Return the data below exactly, but only from the line containing "#110=VERTEX_POINT('',#109);" through the line containing "#130=ADVANCED_FACE('',(#126),#129,.F.);", with both of those lines included.

*** Given data ***

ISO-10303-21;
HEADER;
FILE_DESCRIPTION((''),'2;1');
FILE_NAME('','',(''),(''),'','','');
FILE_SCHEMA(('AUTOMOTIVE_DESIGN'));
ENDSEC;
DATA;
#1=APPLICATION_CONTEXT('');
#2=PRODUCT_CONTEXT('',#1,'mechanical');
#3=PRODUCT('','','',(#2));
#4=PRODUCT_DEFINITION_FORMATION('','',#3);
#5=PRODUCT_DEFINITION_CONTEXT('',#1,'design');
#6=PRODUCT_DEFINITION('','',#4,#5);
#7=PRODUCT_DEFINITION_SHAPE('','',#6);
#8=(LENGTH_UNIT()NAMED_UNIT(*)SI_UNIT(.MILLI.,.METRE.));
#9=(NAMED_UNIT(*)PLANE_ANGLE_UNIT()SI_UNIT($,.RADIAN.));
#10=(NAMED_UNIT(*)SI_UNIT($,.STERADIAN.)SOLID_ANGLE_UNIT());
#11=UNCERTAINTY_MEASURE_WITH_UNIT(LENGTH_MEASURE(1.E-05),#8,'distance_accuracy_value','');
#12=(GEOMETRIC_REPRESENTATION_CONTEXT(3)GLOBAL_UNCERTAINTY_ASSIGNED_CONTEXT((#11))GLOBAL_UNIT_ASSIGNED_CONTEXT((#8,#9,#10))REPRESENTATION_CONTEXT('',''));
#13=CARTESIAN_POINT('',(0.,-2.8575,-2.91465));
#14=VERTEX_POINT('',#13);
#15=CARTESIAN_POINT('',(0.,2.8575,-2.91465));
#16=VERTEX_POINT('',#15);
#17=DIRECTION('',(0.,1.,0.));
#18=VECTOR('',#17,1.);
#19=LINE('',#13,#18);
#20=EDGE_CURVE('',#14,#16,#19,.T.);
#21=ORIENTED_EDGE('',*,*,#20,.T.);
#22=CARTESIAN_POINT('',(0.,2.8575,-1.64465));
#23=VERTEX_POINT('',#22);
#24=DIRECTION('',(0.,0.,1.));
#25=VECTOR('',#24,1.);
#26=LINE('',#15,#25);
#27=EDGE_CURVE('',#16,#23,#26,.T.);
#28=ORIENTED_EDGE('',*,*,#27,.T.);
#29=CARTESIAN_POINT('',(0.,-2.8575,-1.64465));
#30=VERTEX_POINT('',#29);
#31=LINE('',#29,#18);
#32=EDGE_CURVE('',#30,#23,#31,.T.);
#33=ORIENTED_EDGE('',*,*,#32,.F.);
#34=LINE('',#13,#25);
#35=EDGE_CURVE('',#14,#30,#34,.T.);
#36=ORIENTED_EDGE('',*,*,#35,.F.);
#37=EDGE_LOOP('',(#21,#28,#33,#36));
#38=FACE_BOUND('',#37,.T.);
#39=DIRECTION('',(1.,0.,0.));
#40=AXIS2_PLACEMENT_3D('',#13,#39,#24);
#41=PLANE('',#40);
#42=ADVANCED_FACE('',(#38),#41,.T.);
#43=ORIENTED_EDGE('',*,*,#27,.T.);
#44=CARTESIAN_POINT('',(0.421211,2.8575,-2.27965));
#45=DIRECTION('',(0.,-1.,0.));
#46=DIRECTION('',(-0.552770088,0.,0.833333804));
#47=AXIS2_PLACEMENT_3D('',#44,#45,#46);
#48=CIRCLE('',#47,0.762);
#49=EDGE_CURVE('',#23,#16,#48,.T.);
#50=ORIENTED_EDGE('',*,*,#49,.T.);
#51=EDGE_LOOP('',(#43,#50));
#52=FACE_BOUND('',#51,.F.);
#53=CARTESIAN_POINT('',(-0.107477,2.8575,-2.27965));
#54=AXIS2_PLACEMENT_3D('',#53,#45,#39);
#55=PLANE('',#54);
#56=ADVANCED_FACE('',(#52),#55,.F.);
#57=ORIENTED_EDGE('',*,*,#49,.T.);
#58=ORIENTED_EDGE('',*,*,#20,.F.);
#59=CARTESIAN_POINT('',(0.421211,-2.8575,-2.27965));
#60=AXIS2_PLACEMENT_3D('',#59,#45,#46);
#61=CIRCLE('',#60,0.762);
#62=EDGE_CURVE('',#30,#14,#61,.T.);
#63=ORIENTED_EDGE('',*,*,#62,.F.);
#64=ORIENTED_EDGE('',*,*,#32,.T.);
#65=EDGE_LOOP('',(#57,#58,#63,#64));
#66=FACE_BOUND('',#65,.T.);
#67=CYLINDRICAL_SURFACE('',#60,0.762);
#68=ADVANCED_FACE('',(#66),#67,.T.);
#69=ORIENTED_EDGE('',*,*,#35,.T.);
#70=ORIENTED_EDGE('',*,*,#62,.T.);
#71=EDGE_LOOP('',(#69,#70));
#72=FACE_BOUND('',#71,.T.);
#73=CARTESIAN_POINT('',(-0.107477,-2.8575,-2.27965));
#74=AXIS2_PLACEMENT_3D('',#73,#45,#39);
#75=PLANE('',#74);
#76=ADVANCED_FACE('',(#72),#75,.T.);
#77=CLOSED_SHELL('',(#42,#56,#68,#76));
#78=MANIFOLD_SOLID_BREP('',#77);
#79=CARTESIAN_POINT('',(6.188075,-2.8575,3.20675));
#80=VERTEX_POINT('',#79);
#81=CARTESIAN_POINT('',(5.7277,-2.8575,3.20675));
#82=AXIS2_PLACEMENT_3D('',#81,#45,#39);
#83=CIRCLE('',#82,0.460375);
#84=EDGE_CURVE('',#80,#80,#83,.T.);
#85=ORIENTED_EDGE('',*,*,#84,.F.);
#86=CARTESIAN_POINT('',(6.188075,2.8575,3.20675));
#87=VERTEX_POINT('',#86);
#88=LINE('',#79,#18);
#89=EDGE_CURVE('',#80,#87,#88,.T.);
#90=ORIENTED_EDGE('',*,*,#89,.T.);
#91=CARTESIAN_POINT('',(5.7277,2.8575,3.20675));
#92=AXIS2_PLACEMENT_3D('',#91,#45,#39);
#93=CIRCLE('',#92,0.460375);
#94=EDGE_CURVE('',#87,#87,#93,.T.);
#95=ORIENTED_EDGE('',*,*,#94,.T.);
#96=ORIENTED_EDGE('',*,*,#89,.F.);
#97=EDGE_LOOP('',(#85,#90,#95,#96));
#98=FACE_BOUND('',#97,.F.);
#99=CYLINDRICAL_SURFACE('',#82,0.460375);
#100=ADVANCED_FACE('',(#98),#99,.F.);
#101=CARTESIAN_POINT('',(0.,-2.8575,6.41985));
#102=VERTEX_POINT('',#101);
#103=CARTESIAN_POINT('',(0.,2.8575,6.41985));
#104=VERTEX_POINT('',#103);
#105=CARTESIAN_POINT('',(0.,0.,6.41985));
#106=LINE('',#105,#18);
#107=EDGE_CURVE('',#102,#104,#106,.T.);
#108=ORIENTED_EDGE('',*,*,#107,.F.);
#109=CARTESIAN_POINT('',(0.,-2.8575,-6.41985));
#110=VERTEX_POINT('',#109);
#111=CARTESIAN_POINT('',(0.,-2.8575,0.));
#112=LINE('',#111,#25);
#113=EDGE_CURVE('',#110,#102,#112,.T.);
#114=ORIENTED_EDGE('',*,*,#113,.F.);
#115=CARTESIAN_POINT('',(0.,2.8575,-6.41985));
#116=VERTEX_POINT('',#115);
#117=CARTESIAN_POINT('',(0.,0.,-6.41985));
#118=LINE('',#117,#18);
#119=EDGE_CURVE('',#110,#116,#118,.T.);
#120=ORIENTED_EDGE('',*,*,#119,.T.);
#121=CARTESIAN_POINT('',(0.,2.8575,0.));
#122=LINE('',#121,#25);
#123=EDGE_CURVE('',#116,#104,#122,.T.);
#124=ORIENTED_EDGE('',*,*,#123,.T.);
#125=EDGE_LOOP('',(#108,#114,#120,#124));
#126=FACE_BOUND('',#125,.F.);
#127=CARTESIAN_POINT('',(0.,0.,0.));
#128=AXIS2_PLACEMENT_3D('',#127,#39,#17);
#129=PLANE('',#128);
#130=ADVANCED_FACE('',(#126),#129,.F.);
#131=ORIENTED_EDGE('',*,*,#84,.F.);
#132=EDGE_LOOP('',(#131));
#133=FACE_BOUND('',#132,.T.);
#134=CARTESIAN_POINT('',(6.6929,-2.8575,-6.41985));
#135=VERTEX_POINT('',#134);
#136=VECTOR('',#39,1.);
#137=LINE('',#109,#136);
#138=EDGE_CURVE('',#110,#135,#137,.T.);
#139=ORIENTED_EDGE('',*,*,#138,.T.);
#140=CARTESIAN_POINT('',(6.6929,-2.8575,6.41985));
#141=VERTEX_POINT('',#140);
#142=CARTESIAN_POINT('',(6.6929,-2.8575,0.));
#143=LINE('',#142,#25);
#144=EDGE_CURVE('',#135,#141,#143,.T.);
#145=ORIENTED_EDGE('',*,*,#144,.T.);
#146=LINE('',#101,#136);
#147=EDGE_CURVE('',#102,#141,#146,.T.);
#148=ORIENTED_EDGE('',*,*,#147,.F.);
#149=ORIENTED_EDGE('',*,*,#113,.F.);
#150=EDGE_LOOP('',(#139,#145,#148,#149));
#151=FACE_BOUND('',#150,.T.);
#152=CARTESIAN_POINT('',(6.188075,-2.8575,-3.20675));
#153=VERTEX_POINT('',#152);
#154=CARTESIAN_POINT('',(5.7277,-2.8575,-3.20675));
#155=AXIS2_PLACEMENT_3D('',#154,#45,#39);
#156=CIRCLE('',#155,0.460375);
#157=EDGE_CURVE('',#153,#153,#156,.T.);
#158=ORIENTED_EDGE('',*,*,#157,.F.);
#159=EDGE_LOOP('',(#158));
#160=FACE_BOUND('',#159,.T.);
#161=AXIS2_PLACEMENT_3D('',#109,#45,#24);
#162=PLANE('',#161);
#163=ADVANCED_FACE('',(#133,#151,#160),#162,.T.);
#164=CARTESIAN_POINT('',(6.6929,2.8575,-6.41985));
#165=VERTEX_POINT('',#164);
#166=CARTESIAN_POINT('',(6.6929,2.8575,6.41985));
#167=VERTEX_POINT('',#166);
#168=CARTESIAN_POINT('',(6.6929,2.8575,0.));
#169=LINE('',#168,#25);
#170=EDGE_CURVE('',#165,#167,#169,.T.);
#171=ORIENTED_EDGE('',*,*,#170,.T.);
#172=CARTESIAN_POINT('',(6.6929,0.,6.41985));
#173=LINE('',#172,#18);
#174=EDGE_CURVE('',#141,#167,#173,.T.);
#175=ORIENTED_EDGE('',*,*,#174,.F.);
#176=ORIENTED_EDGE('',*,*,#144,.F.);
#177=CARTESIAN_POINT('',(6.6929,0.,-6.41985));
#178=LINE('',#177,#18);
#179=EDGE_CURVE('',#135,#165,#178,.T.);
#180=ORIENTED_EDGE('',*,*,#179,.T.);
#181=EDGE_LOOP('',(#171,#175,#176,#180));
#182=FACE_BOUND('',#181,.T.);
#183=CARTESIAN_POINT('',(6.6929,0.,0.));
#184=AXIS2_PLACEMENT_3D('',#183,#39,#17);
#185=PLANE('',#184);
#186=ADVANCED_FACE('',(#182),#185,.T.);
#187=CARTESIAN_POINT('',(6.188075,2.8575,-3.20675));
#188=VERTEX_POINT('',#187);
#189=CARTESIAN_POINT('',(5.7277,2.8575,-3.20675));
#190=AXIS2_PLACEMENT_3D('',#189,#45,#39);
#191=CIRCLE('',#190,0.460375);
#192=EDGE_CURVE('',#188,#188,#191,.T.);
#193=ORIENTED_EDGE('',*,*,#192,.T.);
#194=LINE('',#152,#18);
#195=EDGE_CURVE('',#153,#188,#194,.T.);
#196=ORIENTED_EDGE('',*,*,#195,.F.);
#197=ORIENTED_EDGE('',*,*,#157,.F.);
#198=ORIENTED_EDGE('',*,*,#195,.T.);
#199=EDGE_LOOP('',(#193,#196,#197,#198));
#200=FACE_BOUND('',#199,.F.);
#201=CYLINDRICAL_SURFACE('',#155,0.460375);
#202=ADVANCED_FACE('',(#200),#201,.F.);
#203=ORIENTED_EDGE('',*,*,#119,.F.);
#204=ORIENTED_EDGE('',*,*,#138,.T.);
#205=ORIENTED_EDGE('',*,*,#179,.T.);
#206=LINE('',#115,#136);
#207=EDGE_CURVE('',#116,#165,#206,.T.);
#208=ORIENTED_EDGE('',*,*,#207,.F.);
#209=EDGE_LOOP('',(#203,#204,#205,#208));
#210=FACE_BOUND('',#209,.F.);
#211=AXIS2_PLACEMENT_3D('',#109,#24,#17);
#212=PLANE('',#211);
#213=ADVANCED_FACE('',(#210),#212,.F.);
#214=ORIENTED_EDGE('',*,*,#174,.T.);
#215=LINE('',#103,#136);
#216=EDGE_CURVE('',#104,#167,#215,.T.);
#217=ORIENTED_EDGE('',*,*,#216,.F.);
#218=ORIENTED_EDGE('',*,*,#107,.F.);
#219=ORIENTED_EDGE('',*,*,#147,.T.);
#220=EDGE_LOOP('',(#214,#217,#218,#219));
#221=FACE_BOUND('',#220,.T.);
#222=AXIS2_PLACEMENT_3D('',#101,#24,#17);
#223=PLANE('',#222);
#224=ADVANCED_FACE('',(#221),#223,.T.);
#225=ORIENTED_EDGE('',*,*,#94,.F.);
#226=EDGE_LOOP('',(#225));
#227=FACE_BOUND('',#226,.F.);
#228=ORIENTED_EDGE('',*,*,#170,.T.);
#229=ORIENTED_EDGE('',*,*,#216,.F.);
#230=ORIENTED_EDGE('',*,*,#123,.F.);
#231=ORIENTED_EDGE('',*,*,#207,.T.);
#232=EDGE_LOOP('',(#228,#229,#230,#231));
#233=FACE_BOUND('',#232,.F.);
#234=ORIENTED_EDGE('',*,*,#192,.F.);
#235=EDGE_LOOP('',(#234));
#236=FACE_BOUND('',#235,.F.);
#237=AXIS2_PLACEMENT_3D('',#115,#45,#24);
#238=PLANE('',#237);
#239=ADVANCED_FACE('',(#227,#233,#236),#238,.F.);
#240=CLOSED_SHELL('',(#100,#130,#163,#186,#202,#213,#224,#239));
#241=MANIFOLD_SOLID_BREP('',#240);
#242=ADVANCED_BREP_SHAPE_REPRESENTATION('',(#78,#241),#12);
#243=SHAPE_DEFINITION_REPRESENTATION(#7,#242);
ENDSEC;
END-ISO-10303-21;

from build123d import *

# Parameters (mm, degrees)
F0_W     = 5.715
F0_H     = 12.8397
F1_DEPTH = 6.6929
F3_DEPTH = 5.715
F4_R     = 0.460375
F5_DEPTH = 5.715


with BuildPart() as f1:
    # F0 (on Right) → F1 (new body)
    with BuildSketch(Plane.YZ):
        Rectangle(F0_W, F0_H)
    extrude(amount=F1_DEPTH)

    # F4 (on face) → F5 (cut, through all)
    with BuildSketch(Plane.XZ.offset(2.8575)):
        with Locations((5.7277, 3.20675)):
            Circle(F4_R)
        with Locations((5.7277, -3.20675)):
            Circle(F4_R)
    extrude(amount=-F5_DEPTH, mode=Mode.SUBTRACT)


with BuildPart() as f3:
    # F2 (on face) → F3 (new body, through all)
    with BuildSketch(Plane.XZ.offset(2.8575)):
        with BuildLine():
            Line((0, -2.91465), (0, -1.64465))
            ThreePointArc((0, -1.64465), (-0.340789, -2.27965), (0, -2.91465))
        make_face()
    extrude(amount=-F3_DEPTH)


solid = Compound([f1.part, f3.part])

*** End of Given data ***

* **Your solution**:
#110=VERTEX_POINT('',#109);
#111=CARTESIAN_POINT('',(0.,-2.8575,0.));
#112=LINE('',#111,#25);
#113=EDGE_CURVE('',#110,#102,#112,.T.);
#114=ORIENTED_EDGE('',*,*,#113,.F.);
#115=CARTESIAN_POINT('',(0.,2.8575,-6.41985));
#116=VERTEX_POINT('',#115);
#117=CARTESIAN_POINT('',(0.,0.,-6.41985));
#118=LINE('',#117,#18);
#119=EDGE_CURVE('',#110,#116,#118,.T.);
#120=ORIENTED_EDGE('',*,*,#119,.T.);
#121=CARTESIAN_POINT('',(0.,2.8575,0.));
#122=LINE('',#121,#25);
#123=EDGE_CURVE('',#116,#104,#122,.T.);
#124=ORIENTED_EDGE('',*,*,#123,.T.);
#125=EDGE_LOOP('',(#108,#114,#120,#124));
#126=FACE_BOUND('',#125,.F.);
#127=CARTESIAN_POINT('',(0.,0.,0.));
#128=AXIS2_PLACEMENT_3D('',#127,#39,#17);
#129=PLANE('',#128);
#130=ADVANCED_FACE('',(#126),#129,.F.);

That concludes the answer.